Шрифт:
Интервал:
Закладка:
— Я ощутил, что кто-то стоит рядом. Не услышал, не почувствовал — не так, как всегда. Ощутил… Когда я поднял голову, когда увидел… Покров с чаши был снят, а подле алтаря — стоял Он. Он протянул мне руку. И я услышал Его голос — услышал приказ. «Пей»… Это было не просто слово, это было слово Мастера. Мне так и не довелось испытать это на себе прежде, мне лишь случалось видеть, как это бывает — приказ мастера, которому птенец не может не подчиниться. В ту ночь я понял, что это такое… — прозрачные глаза закрылись, то ли видя снова то, что видели много лет назад, то ли просто не желая видеть сейчас ничего иного. — Рука, за которую я взялся, была реальна. Осязаема.

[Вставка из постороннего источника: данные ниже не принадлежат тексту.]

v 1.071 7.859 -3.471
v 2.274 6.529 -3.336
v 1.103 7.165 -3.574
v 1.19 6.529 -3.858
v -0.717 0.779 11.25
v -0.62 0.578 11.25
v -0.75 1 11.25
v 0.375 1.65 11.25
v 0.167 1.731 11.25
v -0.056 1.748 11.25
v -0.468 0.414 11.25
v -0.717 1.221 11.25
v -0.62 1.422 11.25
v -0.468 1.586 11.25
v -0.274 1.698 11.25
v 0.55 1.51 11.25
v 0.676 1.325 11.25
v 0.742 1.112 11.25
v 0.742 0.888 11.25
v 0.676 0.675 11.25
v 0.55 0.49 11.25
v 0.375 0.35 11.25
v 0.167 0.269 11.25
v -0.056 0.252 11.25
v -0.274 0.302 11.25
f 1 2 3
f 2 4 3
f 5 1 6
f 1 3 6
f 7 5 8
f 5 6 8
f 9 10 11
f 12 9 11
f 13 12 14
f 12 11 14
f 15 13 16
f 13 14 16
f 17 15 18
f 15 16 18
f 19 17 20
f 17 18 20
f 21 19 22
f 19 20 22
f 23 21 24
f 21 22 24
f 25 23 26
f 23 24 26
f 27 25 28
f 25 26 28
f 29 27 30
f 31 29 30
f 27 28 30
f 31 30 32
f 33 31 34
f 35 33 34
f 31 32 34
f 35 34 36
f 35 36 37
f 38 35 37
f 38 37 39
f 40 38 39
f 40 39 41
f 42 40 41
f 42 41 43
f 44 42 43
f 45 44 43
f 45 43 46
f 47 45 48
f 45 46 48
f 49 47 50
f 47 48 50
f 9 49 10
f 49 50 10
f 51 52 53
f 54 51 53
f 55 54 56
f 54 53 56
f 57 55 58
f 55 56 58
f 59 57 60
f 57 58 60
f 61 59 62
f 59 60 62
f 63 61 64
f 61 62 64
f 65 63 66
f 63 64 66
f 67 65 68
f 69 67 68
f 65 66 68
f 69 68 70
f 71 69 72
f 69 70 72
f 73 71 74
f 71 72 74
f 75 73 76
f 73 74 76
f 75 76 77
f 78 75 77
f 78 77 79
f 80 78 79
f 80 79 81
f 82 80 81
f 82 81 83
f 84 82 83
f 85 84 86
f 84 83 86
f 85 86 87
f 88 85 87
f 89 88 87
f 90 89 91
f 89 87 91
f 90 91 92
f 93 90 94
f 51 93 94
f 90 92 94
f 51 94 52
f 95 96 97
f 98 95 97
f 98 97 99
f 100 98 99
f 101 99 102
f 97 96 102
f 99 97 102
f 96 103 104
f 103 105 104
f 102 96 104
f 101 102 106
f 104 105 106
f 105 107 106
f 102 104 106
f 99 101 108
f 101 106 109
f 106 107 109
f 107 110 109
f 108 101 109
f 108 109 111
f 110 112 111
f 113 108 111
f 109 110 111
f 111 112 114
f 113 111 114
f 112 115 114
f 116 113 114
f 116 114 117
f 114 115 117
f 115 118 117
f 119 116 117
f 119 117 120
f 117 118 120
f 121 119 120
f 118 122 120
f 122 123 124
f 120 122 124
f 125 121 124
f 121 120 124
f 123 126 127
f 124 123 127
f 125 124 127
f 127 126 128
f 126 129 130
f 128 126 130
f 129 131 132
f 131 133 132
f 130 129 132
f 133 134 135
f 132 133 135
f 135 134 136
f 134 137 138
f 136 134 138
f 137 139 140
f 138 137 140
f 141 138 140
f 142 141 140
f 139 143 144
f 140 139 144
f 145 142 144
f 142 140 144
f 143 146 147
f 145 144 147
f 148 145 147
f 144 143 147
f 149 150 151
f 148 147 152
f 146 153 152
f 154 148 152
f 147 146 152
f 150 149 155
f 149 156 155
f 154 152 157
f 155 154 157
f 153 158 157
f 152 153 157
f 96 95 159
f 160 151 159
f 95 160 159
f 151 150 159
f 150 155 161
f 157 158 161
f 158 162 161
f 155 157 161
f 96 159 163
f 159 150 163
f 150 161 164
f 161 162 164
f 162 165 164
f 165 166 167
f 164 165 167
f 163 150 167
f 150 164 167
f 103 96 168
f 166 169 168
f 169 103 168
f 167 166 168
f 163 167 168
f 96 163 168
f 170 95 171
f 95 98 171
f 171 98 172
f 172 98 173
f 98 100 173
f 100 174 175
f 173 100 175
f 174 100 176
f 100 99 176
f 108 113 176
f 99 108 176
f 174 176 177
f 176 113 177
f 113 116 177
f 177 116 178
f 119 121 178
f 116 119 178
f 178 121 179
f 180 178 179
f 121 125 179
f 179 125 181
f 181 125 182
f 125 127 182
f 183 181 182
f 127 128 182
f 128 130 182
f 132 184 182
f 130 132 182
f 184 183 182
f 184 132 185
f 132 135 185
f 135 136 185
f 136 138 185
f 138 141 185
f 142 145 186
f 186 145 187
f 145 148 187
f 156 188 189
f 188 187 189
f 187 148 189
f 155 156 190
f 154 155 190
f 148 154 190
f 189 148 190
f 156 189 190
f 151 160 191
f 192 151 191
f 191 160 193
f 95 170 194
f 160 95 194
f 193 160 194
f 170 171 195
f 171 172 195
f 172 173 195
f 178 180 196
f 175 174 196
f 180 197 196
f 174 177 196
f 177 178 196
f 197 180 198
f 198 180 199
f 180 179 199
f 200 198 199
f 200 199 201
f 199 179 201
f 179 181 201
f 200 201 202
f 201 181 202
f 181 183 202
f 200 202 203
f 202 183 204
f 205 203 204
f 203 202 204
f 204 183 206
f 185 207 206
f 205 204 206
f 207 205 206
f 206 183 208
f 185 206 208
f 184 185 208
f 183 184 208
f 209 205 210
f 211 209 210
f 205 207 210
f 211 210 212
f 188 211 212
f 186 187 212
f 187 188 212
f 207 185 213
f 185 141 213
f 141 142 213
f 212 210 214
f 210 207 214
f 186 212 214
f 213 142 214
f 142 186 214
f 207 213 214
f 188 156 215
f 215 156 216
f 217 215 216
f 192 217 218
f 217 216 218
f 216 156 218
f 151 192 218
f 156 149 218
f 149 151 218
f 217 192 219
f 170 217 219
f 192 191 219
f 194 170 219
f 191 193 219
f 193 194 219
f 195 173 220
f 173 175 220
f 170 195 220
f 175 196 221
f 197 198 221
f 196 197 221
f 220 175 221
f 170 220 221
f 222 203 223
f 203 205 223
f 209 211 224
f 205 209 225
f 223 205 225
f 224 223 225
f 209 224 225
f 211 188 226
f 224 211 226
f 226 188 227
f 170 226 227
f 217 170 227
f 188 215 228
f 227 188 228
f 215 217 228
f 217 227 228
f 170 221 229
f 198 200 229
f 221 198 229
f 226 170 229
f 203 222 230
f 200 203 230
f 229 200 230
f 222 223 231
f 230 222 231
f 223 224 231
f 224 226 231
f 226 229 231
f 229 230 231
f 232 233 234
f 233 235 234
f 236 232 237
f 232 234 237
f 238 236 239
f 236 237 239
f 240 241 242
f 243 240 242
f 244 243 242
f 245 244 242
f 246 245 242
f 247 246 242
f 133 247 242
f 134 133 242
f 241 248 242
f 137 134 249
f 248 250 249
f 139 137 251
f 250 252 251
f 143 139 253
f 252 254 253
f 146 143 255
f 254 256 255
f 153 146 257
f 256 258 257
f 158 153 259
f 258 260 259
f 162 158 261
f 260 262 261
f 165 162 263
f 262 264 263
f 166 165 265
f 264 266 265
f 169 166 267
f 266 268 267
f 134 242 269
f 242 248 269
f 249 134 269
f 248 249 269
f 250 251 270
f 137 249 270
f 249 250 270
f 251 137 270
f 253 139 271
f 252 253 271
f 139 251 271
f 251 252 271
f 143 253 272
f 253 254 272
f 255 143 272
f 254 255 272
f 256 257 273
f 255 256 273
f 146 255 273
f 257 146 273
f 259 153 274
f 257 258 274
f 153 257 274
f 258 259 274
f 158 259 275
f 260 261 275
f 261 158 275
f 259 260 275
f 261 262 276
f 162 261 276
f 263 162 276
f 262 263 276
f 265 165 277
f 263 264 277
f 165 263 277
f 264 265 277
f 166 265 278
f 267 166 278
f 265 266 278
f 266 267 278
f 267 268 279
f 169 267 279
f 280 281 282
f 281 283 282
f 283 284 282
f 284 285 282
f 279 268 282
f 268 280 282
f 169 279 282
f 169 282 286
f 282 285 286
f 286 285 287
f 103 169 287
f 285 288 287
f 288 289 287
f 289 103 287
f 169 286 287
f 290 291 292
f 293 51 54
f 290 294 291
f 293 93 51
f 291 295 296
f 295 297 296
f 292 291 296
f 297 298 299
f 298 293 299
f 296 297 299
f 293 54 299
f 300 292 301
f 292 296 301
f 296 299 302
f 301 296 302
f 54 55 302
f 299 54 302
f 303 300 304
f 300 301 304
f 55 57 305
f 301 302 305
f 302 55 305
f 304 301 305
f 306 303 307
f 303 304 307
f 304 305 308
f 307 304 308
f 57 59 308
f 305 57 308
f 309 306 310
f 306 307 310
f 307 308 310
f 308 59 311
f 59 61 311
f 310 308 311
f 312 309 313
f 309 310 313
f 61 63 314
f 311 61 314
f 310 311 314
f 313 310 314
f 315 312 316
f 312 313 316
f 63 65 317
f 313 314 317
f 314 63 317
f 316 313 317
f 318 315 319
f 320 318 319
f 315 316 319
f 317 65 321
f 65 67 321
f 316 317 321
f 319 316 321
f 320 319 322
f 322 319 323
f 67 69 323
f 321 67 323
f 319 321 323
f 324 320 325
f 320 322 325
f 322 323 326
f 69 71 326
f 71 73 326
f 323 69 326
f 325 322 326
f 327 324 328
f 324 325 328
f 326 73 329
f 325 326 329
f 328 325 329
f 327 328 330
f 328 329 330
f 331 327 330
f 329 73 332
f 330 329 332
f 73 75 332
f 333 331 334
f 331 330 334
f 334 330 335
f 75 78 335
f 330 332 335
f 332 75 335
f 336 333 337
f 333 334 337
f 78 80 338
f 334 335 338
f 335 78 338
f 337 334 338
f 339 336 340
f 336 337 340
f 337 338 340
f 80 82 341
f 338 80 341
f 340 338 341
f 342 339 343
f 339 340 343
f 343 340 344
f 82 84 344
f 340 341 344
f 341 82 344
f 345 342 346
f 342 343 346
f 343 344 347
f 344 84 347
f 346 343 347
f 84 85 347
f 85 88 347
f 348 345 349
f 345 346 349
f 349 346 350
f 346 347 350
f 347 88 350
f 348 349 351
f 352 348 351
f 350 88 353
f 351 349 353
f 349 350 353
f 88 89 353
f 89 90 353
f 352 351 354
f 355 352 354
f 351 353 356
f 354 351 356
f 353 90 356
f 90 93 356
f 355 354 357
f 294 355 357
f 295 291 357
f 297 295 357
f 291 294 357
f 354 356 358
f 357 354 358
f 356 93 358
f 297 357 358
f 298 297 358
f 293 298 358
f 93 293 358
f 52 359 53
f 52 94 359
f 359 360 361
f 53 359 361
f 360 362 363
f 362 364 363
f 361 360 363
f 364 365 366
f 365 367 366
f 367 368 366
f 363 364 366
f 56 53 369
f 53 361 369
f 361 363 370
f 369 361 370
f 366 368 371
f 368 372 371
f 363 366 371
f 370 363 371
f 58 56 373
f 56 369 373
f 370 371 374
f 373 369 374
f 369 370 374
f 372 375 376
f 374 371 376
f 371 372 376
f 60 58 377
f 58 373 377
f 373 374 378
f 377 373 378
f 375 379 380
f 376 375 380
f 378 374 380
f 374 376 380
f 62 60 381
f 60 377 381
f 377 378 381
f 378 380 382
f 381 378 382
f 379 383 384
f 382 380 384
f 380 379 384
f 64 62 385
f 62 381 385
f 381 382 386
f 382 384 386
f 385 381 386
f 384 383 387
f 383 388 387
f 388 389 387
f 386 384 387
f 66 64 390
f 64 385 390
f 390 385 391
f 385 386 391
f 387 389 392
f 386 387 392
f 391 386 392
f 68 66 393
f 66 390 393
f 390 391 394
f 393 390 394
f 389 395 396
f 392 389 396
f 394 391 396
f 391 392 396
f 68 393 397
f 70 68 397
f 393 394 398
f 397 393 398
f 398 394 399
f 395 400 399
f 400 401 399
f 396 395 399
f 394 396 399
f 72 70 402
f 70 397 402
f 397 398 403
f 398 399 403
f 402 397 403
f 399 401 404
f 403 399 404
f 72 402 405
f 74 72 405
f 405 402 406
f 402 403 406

Живая, теплая рука человека. Рука Человека… Мне не пришло тогда даже тени мысли о дьявольском прельщении. Я не подумал, что брежу… Кровь мастера меняет обращенного, она связывает их обоих — навсегда. Более сильный может тем же путем изменить это, связав вкусившего его крови птенца с собой, отняв от него власть прежнего мастера… Куда сильнее, подумалось мне тогда. Сила этой крови не сравнится ни с чем. «Пьющий Мою Кровь пребывает во Мне, и Я в нем»; вот что горело у меня в рассудке, словно вписанное раскаленным железом. Я не уповал на спасение; я знал, что меня ждет за гранью жизни, но… Я надеялся, что вытравлю из себя эту дрянь, как болезнь, как яд. Я надеялся, что моя мольба услышана. Что это — мой приговор, моя казнь, мое последнее Причастие, которое и убьет меня. Я надеялся, что хотя бы за миг до смерти стану человеком — хоть ненадолго. Хотя бы вспомню, каково это. Не так, как это уже вспомнилось, а — душой…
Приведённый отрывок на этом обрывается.